We are seeking a highly motivated, experienced, and passionate individual to join our team as Associate Director, Pharmacovigilance at Ardelyx Inc. As a subject matter expert, you will play a pivotal role in ensuring the adherence of our pharmacovigilance (PV) activities to regulatory requirements, industry standards, company policies, and global regulations.
In this role, you will be responsible for ensuring the highest quality of pharmacovigilance operations and safety outputs and analysis in compliance with global regulations and standards. The ideal candidate for this position should possess experience in the pharmaceutical industry and safety and pharmacovigilance, along with a demonstrated track record of success in safety surveillance, data analysis, aggregate reports. You should have excellent organizational, analytical, and problem-solving skills, as well as the ability to work collaboratively with all levels of the organization.

QUALIFICATIONS:

• Bachelor’s degree in Life Sciences, Master’s degree is a plus, with 8 – 10 years of experience in drug safety/pharmacovigilance within the pharmaceutical or biotech industry or equivalent experience
• Experience working with a Pharmacovigilance database, with preference given to experience with Argus Global safety database and data output
• In-depth knowledge of US and ICH safety reporting regulations and guidelines
• Proficiency in participating in internal audits, partner audits, risk assessments, and compliance monitoring activities
• Strong working skills in MS Word, Excel, and PowerPoint, including statistical analysis
• Excellent understanding of medical concepts and medical terminology
• Proficient in both written and spoken English, with excellent written and verbal communication skills to interact across multiple functions
• Attention to detail with strong scientific, analytical, and conceptual skills, enabling the ability to reach reasoned conclusions
• Ability to work independently, manage multiple priorities, and adapt to changing demands in a fast-paced environment. Must meet internal and external deadlines
• Strong organizational abilities
• Self-motivation and the ability to work collaboratively as a team member are essential
  The anticipated annualized base pay range for this full-time position is $180,000-$220,000. Ardelyx utilizes industry data to ensure that our compensation is competitive and aligned with our industry peers. Actual base pay will be determined based on a variety of factors, including years of relevant experience, training, qualifications, and internal equity. The compensation package may also include an annual bonus target and equity awards, subject to eligibility and other requirements.

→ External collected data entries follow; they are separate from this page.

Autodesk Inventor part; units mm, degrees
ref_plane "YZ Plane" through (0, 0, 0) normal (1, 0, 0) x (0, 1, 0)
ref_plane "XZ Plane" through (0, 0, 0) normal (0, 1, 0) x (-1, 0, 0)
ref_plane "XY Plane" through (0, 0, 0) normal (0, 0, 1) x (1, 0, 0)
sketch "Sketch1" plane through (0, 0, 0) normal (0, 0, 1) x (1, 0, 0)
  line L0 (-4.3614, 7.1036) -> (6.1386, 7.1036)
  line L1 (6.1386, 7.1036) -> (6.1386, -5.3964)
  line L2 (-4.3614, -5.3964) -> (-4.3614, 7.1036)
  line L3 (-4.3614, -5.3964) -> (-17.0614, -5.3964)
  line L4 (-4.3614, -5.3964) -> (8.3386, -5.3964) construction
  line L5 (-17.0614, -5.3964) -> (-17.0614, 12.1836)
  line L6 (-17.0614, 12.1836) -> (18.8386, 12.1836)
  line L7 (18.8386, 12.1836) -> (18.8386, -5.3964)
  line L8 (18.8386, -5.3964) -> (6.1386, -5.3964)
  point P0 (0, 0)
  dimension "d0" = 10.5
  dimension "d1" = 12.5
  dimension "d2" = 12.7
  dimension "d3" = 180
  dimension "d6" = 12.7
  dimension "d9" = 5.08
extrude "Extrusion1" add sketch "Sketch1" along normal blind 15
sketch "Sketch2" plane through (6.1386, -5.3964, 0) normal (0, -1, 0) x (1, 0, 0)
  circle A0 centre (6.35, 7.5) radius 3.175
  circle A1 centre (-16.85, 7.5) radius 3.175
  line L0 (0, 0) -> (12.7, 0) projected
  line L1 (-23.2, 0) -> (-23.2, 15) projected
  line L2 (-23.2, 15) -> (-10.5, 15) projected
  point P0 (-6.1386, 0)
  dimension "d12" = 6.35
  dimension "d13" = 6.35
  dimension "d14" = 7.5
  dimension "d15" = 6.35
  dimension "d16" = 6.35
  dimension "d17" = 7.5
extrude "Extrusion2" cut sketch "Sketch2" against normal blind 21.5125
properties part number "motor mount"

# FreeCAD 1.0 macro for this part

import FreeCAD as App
import Part
import Sketcher
Q = App.Units.Quantity

doc = App.newDocument("Part")
body = doc.addObject("PartDesign::Body", "Body")

sketch1 = doc.addObject("Sketcher::SketchObject", "Sketch")
body.addObject(sketch1)
sketch1.AttachmentSupport = (doc.XY_Plane, [""])
sketch1.MapMode = "FlatFace"
sketch1.addGeometry([
    Part.LineSegment(App.Vector(-4, -5, 0), App.Vector(-4, 7, 0)),
    Part.LineSegment(App.Vector(-4, 7, 0), App.Vector(6, 7, 0)),
    Part.LineSegment(App.Vector(6, 7, 0), App.Vector(6, -5, 0)),
    Part.LineSegment(App.Vector(6, -5, 0), App.Vector(19, -5, 0)),
    Part.LineSegment(App.Vector(19, -5, 0), App.Vector(19, 12, 0)),
    Part.LineSegment(App.Vector(19, 12, 0), App.Vector(-17, 12, 0)),
    Part.LineSegment(App.Vector(-17, 12, 0), App.Vector(-17, -5, 0)),
    Part.LineSegment(App.Vector(-17, -5, 0), App.Vector(-4, -5, 0)),
], False)
sketch1.addConstraint([
    Sketcher.Constraint("Coincident", 0, 2, 1, 1),
    Sketcher.Constraint("Coincident", 1, 2, 2, 1),
    Sketcher.Constraint("Coincident", 2, 2, 3, 1),
    Sketcher.Constraint("Coincident", 3, 2, 4, 1),
    Sketcher.Constraint("Coincident", 4, 2, 5, 1),
    Sketcher.Constraint("Coincident", 5, 2, 6, 1),
    Sketcher.Constraint("Coincident", 6, 2, 7, 1),
    Sketcher.Constraint("Coincident", 7, 2, 0, 1),
    Sketcher.Constraint("Vertical", 0),
    Sketcher.Constraint("Horizontal", 1),
    Sketcher.Constraint("Vertical", 2),
    Sketcher.Constraint("Horizontal", 3),
    Sketcher.Constraint("Vertical", 4),
    Sketcher.Constraint("Horizontal", 5),
    Sketcher.Constraint("Vertical", 6),
    Sketcher.Constraint("Horizontal", 7),
    Sketcher.Constraint("Horizontal", 3, 2, 6, 2),
    Sketcher.Constraint("Equal", 3, 7),
    Sketcher.Constraint("DistanceX", 1, 1, 1, 2, Q("10.5 mm")),
    Sketcher.Constraint("DistanceX", 3, 1, 3, 2, Q("12.7 mm")),
    Sketcher.Constraint("DistanceY", 0, 1, 0, 2, Q("12.5 mm")),
    Sketcher.Constraint("DistanceY", 1, 2, 4, 2, Q("5.08 mm")),
    Sketcher.Constraint("DistanceX", 0, 2, -1, 1, Q("4.3614 mm")),
    Sketcher.Constraint("DistanceY", -1, 1, 0, 2, Q("7.1036 mm")),
])
pad1 = doc.addObject("PartDesign::Pad", "Pad")
body.addObject(pad1)
pad1.Profile = sketch1
pad1.Length = 15

sketch2 = doc.addObject("Sketcher::SketchObject", "Sketch001")
body.addObject(sketch2)
sketch2.AttachmentSupport = (doc.XZ_Plane, [""])
sketch2.MapMode = "FlatFace"
sketch2.AttachmentOffset = App.Placement(App.Vector(0, 0, 5.3964), App.Rotation())
sketch2.addGeometry([
    Part.Circle(App.Vector(12.5, 7.5, 0), App.Vector(0, 0, 1), 3.2),
    Part.Circle(App.Vector(-10.7, 7.5, 0), App.Vector(0, 0, 1), 3.2),
], False)
sketch2.addConstraint([
    Sketcher.Constraint("Equal", 0, 1),
    Sketcher.Constraint("Horizontal", 0, 3, 1, 3),
    Sketcher.Constraint("Diameter", 0, Q("6.35 mm")),
    Sketcher.Constraint("DistanceY", -1, 1, 0, 3, Q("7.5 mm")),
    Sketcher.Constraint("DistanceX", 1, 3, 0, 3, Q("23.2 mm")),
    Sketcher.Constraint("DistanceX", -1, 1, 0, 3, Q("12.4886 mm")),
])
pocket1 = doc.addObject("PartDesign::Pocket", "Pocket")
body.addObject(pocket1)
pocket1.Profile = sketch2
pocket1.Length = 21.5125

doc.recompute()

  Ardelyx also offers a robust benefits package to employees, including a 401(k) plan with generous employer match, 12 weeks of paid parental leave, up to 12 weeks of living organ and bone marrow leave, equity incentive plans, health plans (medical, prescription drug, dental, and vision), life insurance and disability, flexible time off, annual Winter Holiday shut down, and at least 11 paid holidays.

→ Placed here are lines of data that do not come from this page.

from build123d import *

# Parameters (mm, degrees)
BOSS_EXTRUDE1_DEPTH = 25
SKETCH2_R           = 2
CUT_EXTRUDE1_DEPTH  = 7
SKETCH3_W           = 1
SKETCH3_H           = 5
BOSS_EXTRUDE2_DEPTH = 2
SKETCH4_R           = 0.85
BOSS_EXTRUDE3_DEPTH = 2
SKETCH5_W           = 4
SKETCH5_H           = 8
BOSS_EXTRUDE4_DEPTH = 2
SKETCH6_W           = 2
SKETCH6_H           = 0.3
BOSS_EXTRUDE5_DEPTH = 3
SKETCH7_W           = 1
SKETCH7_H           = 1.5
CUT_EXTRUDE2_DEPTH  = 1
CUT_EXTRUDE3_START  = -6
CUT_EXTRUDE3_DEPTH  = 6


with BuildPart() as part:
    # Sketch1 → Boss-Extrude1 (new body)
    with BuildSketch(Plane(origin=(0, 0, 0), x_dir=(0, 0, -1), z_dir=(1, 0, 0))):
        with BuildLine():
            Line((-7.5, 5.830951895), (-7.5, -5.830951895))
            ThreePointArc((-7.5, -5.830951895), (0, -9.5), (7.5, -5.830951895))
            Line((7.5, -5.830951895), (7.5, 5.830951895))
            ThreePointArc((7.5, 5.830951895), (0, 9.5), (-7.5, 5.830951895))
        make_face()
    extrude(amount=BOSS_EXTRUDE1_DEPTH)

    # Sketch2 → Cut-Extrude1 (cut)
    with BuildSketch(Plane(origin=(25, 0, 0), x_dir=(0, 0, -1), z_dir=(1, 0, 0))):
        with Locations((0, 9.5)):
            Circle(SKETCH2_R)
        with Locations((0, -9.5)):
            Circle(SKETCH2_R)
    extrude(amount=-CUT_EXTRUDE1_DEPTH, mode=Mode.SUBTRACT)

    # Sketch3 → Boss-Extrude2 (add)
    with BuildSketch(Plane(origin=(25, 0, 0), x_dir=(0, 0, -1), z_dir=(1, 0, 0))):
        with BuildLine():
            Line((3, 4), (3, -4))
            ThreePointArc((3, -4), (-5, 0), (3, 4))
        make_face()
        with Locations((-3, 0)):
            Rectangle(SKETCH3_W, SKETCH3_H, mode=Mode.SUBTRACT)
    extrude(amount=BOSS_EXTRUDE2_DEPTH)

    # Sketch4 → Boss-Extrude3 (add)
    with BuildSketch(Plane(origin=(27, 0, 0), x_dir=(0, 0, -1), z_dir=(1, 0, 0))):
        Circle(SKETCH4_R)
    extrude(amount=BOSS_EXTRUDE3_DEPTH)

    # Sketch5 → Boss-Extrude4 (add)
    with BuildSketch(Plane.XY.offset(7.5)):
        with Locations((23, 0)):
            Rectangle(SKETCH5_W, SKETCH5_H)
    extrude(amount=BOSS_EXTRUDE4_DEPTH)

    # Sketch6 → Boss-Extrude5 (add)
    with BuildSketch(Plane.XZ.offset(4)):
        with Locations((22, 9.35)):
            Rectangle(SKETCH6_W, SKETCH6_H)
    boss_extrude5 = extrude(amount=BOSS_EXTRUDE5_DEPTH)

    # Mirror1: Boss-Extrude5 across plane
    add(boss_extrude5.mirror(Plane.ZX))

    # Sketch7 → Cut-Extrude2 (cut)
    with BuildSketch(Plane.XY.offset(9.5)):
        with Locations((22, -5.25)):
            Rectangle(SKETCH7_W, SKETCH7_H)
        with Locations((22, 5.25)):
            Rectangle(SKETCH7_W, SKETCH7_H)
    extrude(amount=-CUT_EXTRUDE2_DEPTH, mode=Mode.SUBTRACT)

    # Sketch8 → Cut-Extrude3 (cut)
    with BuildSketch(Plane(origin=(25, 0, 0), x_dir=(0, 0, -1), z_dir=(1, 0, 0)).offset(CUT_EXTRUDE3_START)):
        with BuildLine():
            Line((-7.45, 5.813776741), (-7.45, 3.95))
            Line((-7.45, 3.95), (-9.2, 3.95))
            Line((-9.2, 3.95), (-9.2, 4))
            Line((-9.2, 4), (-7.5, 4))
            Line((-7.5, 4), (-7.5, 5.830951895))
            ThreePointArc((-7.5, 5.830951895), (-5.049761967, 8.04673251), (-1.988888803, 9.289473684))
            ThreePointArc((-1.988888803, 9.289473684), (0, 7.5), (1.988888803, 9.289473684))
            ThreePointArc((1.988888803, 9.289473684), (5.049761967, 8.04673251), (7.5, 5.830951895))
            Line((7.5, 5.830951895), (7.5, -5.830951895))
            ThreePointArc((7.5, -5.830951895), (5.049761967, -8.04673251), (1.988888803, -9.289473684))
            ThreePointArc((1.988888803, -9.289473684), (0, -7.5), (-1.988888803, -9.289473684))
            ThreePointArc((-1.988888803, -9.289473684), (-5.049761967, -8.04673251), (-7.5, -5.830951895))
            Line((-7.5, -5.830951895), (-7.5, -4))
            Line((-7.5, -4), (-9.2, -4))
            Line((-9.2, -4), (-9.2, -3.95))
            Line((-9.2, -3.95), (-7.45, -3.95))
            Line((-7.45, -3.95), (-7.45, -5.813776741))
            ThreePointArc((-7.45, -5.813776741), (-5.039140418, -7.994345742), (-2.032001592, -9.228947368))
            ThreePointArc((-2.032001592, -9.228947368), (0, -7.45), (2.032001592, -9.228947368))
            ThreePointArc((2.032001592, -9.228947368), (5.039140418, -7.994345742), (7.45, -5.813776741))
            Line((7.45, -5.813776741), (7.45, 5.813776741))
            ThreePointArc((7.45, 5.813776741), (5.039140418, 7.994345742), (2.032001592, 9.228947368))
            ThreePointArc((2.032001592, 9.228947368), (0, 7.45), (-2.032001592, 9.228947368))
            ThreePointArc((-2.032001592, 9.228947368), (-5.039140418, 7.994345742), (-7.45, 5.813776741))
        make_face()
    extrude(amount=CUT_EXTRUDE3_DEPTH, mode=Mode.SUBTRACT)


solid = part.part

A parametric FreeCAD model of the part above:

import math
import FreeCAD as App
import Part
import Sketcher

V = App.Vector

doc = App.newDocument("Part")
body = doc.addObject("PartDesign::Body", "Body")

sketch1 = doc.addObject("Sketcher::SketchObject", "Sketch")
body.addObject(sketch1)
sketch1.AttachmentSupport = (doc.YZ_Plane, [""])
sketch1.MapMode = "FlatFace"
sketch1.addGeometry(Part.LineSegment(V(6, 8, 0), V(-6, 8, 0)), False)
sketch1.addGeometry(Part.ArcOfCircle(Part.Circle(V(0, 0, 0), V(0, 0, 1), 10), math.radians(128), math.radians(232)), False)
sketch1.addGeometry(Part.LineSegment(V(-6, -8, 0), V(6, -8, 0)), False)
sketch1.addGeometry(Part.ArcOfCircle(Part.Circle(V(0, 0, 0), V(0, 0, 1), 10), math.radians(-52), math.radians(52)), False)
sketch1.addConstraint(Sketcher.Constraint("Coincident", 0, 2, 1, 1))
sketch1.addConstraint(Sketcher.Constraint("Coincident", 1, 2, 2, 1))
sketch1.addConstraint(Sketcher.Constraint("Coincident", 2, 2, 3, 1))
sketch1.addConstraint(Sketcher.Constraint("Coincident", 3, 2, 0, 1))
sketch1.addConstraint(Sketcher.Constraint("Horizontal", 0))
sketch1.addConstraint(Sketcher.Constraint("Horizontal", 2))
sketch1.addConstraint(Sketcher.Constraint("Coincident", 1, 3, -1, 1))
sketch1.addConstraint(Sketcher.Constraint("Coincident", 3, 3, -1, 1))
sketch1.addConstraint(Sketcher.Constraint("Equal", 1, 3))
sketch1.addConstraint(Sketcher.Constraint("Vertical", 0, 2, 1, 2))
sketch1.addConstraint(Sketcher.Constraint("Radius", 1, 9.5))
sketch1.addConstraint(Sketcher.Constraint("DistanceY", 1, 2, 0, 2, 15.0))
pad1 = doc.addObject("PartDesign::Pad", "Pad")
body.addObject(pad1)
pad1.Profile = sketch1
pad1.Length = 25

sketch2 = doc.addObject("Sketcher::SketchObject", "Sketch001")
body.addObject(sketch2)
sketch2.AttachmentSupport = (doc.YZ_Plane, [""])
sketch2.MapMode = "FlatFace"
sketch2.AttachmentOffset = App.Placement(V(0, 0, 25), App.Rotation())
sketch2.addGeometry(Part.Circle(V(9.5, 0, 0), V(0, 0, 1), 2), False)
sketch2.addGeometry(Part.Circle(V(-9.5, 0, 0), V(0, 0, 1), 2), False)
sketch2.addConstraint(Sketcher.Constraint("Equal", 0, 1))
sketch2.addConstraint(Sketcher.Constraint("Symmetric", 0, 3, 1, 3, -1, 1))
sketch2.addConstraint(Sketcher.Constraint("PointOnObject", 0, 3, -1))
sketch2.addConstraint(Sketcher.Constraint("Diameter", 0, 4.0))
sketch2.addConstraint(Sketcher.Constraint("DistanceX", 1, 3, 0, 3, 19.0))
pocket1 = doc.addObject("PartDesign::Pocket", "Pocket")
body.addObject(pocket1)
pocket1.Profile = sketch2
pocket1.Length = 7

sketch3 = doc.addObject("Sketcher::SketchObject", "Sketch002")
body.addObject(sketch3)
sketch3.AttachmentSupport = (doc.YZ_Plane, [""])
sketch3.MapMode = "FlatFace"
sketch3.AttachmentOffset = App.Placement(V(0, 0, 25), App.Rotation())
sketch3.addGeometry(Part.LineSegment(V(-4, -3, 0), V(4, -3, 0)), False)
sketch3.addGeometry(Part.ArcOfCircle(Part.Circle(V(0, 0, 0), V(0, 0, 1), 5), math.radians(-37), math.radians(217)), False)
sketch3.addGeometry(Part.LineSegment(V(-2.5, 3.5, 0), V(2.5, 3.5, 0)), False)
sketch3.addGeometry(Part.LineSegment(V(2.5, 3.5, 0), V(2.5, 2.5, 0)), False)
sketch3.addGeometry(Part.LineSegment(V(2.5, 2.5, 0), V(-2.5, 2.5, 0)), False)
sketch3.addGeometry(Part.LineSegment(V(-2.5, 2.5, 0), V(-2.5, 3.5, 0)), False)
sketch3.addConstraint(Sketcher.Constraint("Coincident", 0, 1, 1, 2))
sketch3.addConstraint(Sketcher.Constraint("Coincident", 1, 1, 0, 2))
sketch3.addConstraint(Sketcher.Constraint("Coincident", 2, 2, 3, 1))
sketch3.addConstraint(Sketcher.Constraint("Coincident", 3, 2, 4, 1))
sketch3.addConstraint(Sketcher.Constraint("Coincident", 4, 2, 5, 1))
sketch3.addConstraint(Sketcher.Constraint("Coincident", 5, 2, 2, 1))
sketch3.addConstraint(Sketcher.Constraint("Horizontal", 0))
sketch3.addConstraint(Sketcher.Constraint("Horizontal", 2))
sketch3.addConstraint(Sketcher.Constraint("Vertical", 3))
sketch3.addConstraint(Sketcher.Constraint("Horizontal", 4))
sketch3.addConstraint(Sketcher.Constraint("Vertical", 5))
sketch3.addConstraint(Sketcher.Constraint("Coincident", 1, 3, -1, 1))
sketch3.addConstraint(Sketcher.Constraint("Radius", 1, 5.0))
sketch3.addConstraint(Sketcher.Constraint("DistanceX", 0, 1, 0, 2, 8.0))
sketch3.addConstraint(Sketcher.Constraint("DistanceX", 2, 1, 2, 2, 5.0))
sketch3.addConstraint(Sketcher.Constraint("DistanceY", 3, 2, 3, 1, 1.0))
sketch3.addConstraint(Sketcher.Constraint("DistanceX", -1, 1, 2, 2, 2.5))
sketch3.addConstraint(Sketcher.Constraint("DistanceY", -1, 1, 2, 2, 3.5))
pad2 = doc.addObject("PartDesign::Pad", "Pad001")
body.addObject(pad2)
pad2.Profile = sketch3
pad2.Length = 2

sketch4 = doc.addObject("Sketcher::SketchObject", "Sketch003")
body.addObject(sketch4)
sketch4.AttachmentSupport = (doc.YZ_Plane, [""])
sketch4.MapMode = "FlatFace"
sketch4.AttachmentOffset = App.Placement(V(0, 0, 27), App.Rotation())
sketch4.addGeometry(Part.Circle(V(0, 0, 0), V(0, 0, 1), 0.8), False)
sketch4.addConstraint(Sketcher.Constraint("Coincident", 0, 3, -1, 1))
sketch4.addConstraint(Sketcher.Constraint("Diameter", 0, 1.7))
pad3 = doc.addObject("PartDesign::Pad", "Pad002")
body.addObject(pad3)
pad3.Profile = sketch4
pad3.Length = 2

sketch5 = doc.addObject("Sketcher::SketchObject", "Sketch004")
body.addObject(sketch5)
sketch5.AttachmentSupport = (doc.XY_Plane, [""])
sketch5.MapMode = "FlatFace"
sketch5.AttachmentOffset = App.Placement(V(0, 0, 7.5), App.Rotation())
sketch5.addGeometry(Part.LineSegment(V(21, 4, 0), V(21, -4, 0)), False)
sketch5.addGeometry(Part.LineSegment(V(21, -4, 0), V(25, -4, 0)), False)
sketch5.addGeometry(Part.LineSegment(V(25, -4, 0), V(25, 4, 0)), False)
sketch5.addGeometry(Part.LineSegment(V(25, 4, 0), V(21, 4, 0)), False)
sketch5.addConstraint(Sketcher.Constraint("Coincident", 0, 2, 1, 1))
sketch5.addConstraint(Sketcher.Constraint("Coincident", 1, 2, 2, 1))
sketch5.addConstraint(Sketcher.Constraint("Coincident", 2, 2, 3, 1))
sketch5.addConstraint(Sketcher.Constraint("Coincident", 3, 2, 0, 1))
sketch5.addConstraint(Sketcher.Constraint("Vertical", 0))
sketch5.addConstraint(Sketcher.Constraint("Horizontal", 1))
sketch5.addConstraint(Sketcher.Constraint("Vertical", 2))
sketch5.addConstraint(Sketcher.Constraint("Horizontal", 3))
sketch5.addConstraint(Sketcher.Constraint("DistanceX", 1, 1, 1, 2, 4.0))
sketch5.addConstraint(Sketcher.Constraint("DistanceY", 0, 2, 0, 1, 8.0))
sketch5.addConstraint(Sketcher.Constraint("DistanceX", -1, 1, 0, 2, 21.0))
sketch5.addConstraint(Sketcher.Constraint("DistanceY", 0, 2, -1, 1, 4.0))
pad4 = doc.addObject("PartDesign::Pad", "Pad003")
body.addObject(pad4)
pad4.Profile = sketch5
pad4.Length = 2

  Ardelyx is an equal opportunity employer

• Ensure compliance with regulatory standards by providing timely and accurate safety data outputs to relevant stakeholders like regulatory agencies and internal teams
• Collect, analyze, and provide accurate adverse event data from clinical trials and post-market surveillance assuring the generation of accurate reports
• Support the PV in coordinating medical-scientific monitoring and assessing the safety profile of one or more Ardelyx products
• Prepare Pharmacovigilance meeting materials/presentations for cross-functional safety meetings
• Lead and contribute as necessary applying knowledge of safety, regulatory science, and signal surveillance to manage characterization of the compound/product safety benefit-risk profile.
• Provide assistance in the Pharmacovigilance development of the initial safety surveillance development strategy and leading subsequent updates to this strategy.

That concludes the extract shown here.